#### [EXERCISE AIM]
All lines from the one with "f 52 48 214" to the end of the material, both included, are to be written out exactly and without anything else.

____

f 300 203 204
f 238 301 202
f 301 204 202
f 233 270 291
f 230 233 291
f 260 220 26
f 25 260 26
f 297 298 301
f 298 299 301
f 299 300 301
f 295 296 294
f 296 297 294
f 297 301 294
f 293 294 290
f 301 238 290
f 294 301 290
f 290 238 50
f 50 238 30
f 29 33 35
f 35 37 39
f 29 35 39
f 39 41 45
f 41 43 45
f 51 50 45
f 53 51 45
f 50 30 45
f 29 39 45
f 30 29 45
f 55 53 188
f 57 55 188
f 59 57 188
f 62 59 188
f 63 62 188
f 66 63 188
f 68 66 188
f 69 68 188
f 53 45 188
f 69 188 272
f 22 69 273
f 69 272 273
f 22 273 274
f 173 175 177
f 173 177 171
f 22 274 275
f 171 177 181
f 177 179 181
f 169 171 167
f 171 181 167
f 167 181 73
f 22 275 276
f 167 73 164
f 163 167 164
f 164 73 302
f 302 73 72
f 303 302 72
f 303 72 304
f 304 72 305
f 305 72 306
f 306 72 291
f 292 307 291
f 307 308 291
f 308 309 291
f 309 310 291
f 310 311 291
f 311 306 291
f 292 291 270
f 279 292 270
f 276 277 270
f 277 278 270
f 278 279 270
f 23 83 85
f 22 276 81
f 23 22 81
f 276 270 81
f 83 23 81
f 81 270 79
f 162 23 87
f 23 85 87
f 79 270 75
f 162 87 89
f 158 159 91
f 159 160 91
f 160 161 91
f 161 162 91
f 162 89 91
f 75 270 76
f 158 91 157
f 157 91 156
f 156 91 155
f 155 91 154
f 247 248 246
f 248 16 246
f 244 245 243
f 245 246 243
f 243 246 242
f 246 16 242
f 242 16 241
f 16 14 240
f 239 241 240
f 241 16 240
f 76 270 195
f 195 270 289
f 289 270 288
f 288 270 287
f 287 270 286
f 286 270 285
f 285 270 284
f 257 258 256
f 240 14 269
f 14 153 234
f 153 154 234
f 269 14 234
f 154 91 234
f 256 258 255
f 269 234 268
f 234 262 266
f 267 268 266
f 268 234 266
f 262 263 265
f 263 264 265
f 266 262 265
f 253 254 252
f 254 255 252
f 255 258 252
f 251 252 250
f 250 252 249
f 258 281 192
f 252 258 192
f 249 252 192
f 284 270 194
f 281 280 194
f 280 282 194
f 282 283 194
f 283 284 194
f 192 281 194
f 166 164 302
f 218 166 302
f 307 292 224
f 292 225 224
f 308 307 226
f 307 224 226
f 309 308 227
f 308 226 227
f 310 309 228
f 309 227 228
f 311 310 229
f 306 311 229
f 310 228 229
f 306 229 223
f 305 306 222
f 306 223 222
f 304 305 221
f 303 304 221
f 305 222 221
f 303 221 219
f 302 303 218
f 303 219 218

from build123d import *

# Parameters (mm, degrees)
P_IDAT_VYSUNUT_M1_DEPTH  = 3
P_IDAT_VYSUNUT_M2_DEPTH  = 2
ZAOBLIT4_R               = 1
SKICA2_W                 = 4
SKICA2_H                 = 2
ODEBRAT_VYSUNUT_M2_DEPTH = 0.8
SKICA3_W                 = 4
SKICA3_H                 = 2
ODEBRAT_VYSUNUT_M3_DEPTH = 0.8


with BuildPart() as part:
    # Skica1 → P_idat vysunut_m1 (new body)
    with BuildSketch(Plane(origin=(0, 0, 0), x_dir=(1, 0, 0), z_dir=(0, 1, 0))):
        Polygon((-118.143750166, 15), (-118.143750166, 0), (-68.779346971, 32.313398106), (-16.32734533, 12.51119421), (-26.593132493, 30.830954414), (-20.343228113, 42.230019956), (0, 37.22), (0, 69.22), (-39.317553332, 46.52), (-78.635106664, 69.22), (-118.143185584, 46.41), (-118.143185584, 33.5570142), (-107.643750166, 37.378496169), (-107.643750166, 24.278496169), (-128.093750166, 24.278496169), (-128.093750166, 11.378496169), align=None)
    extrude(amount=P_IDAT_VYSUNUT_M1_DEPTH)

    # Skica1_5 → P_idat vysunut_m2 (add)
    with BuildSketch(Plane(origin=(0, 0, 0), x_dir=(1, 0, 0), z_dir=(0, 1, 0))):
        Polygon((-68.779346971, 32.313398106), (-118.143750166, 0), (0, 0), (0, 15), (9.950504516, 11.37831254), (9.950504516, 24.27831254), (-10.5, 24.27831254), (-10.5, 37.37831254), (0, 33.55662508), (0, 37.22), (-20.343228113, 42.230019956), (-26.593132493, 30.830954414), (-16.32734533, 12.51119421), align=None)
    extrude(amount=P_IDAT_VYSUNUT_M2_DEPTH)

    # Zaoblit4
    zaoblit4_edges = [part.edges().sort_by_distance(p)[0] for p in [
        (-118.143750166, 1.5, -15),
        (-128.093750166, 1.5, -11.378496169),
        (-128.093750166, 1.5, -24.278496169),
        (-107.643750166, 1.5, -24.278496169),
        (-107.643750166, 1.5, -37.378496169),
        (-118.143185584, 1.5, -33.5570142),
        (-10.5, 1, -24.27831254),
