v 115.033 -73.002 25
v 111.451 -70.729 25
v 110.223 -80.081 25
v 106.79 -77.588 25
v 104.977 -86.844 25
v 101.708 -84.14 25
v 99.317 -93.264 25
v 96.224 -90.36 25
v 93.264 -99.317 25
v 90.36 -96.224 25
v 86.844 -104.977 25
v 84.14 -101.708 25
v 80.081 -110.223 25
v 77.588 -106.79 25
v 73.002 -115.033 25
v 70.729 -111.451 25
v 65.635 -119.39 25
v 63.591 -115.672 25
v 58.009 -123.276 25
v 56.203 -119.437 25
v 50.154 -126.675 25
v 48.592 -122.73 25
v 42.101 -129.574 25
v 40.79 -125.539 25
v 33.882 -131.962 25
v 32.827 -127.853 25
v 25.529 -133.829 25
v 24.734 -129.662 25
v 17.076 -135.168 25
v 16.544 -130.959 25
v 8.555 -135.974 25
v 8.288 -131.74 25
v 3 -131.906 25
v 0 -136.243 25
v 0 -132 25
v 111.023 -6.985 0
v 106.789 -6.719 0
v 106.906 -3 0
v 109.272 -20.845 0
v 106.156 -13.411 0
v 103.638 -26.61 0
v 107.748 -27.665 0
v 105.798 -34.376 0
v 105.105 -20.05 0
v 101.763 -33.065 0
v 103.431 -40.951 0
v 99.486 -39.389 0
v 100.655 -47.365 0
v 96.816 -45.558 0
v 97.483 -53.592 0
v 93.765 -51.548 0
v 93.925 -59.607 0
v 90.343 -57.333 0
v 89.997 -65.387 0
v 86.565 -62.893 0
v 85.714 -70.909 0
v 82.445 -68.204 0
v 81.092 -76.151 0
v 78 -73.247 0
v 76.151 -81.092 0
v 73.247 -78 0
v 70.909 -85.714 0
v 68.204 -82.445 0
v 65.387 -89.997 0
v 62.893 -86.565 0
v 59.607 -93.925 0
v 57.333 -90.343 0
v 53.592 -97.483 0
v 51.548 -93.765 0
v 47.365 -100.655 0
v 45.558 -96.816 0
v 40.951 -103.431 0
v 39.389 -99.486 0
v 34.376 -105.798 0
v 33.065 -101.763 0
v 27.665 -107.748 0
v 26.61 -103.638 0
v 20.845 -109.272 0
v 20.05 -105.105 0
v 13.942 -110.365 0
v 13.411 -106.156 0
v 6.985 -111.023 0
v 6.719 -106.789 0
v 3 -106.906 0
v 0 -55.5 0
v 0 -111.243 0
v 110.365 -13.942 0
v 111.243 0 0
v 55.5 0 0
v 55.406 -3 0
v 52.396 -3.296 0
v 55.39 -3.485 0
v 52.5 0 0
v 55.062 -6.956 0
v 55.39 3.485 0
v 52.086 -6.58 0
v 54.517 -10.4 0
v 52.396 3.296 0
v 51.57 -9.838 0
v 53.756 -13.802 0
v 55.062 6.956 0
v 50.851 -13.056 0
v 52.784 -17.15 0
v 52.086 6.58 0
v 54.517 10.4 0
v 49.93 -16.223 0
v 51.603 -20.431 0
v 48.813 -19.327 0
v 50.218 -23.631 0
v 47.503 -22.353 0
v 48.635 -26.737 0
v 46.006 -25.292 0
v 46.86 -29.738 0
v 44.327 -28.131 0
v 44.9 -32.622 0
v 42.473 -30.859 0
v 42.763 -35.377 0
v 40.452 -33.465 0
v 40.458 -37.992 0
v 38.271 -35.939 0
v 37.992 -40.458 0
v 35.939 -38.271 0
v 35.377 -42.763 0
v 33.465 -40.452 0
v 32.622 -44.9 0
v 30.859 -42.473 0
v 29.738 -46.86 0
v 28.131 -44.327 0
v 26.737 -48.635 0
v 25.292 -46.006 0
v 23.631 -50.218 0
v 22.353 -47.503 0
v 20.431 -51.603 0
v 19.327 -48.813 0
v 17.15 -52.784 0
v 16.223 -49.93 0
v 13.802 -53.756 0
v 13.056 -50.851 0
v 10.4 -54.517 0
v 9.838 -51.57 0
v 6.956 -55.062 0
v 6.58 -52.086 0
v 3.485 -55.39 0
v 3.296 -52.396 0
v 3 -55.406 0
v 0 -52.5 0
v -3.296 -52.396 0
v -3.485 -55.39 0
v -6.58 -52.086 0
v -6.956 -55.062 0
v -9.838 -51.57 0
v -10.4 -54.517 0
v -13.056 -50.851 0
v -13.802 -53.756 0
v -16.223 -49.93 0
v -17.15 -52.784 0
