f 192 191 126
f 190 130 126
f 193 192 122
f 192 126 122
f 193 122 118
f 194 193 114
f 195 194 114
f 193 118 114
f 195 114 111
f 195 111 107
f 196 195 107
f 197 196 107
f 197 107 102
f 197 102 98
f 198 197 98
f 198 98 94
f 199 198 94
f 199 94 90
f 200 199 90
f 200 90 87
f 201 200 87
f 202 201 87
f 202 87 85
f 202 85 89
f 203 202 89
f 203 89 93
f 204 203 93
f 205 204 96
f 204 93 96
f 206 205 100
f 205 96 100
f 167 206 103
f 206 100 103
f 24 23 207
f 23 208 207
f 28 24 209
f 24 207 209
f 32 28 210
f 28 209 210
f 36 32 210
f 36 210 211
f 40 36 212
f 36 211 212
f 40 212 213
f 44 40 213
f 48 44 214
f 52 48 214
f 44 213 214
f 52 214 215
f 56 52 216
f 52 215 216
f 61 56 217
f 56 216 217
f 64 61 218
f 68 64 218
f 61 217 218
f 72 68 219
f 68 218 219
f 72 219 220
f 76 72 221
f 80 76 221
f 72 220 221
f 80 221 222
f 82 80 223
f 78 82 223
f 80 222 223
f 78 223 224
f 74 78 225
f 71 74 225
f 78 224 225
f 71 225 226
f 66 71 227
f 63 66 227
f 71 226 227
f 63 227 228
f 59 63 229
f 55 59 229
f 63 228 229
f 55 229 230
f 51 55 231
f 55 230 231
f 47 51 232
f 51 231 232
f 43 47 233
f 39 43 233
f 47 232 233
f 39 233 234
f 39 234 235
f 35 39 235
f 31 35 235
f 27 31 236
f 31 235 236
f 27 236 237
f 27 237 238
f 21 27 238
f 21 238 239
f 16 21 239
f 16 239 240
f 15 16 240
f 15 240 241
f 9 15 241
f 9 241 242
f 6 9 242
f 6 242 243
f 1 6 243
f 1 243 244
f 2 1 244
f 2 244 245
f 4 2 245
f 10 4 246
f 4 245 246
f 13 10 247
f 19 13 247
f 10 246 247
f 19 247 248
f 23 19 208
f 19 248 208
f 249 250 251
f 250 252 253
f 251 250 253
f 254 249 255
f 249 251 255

____

#### [RESPONSE TO THIS TASK]
f 52 48 214
f 44 213 214
f 52 214 215
f 56 52 216
f 52 215 216
f 61 56 217
f 56 216 217
f 64 61 218
f 68 64 218
f 61 217 218
f 72 68 219
f 68 218 219
f 72 219 220
f 76 72 221
f 80 76 221
f 72 220 221
f 80 221 222
f 82 80 223
f 78 82 223
f 80 222 223
f 78 223 224
f 74 78 225
f 71 74 225
f 78 224 225
f 71 225 226
f 66 71 227
f 63 66 227
f 71 226 227
f 63 227 228
f 59 63 229
f 55 59 229
f 63 228 229
f 55 229 230
f 51 55 231
f 55 230 231
f 47 51 232
f 51 231 232
f 43 47 233
f 39 43 233
f 47 232 233
f 39 233 234
f 39 234 235
f 35 39 235
f 31 35 235
f 27 31 236
f 31 235 236
f 27 236 237
f 27 237 238
f 21 27 238
f 21 238 239
f 16 21 239
f 16 239 240
f 15 16 240
f 15 240 241
f 9 15 241
f 9 241 242
f 6 9 242
f 6 242 243
f 1 6 243
f 1 243 244
f 2 1 244
f 2 244 245
f 4 2 245
f 10 4 246
f 4 245 246
f 13 10 247
f 19 13 247
f 10 246 247
f 19 247 248
f 23 19 208
f 19 248 208
f 249 250 251
f 250 252 253
f 251 250 253
f 254 249 255
f 249 251 255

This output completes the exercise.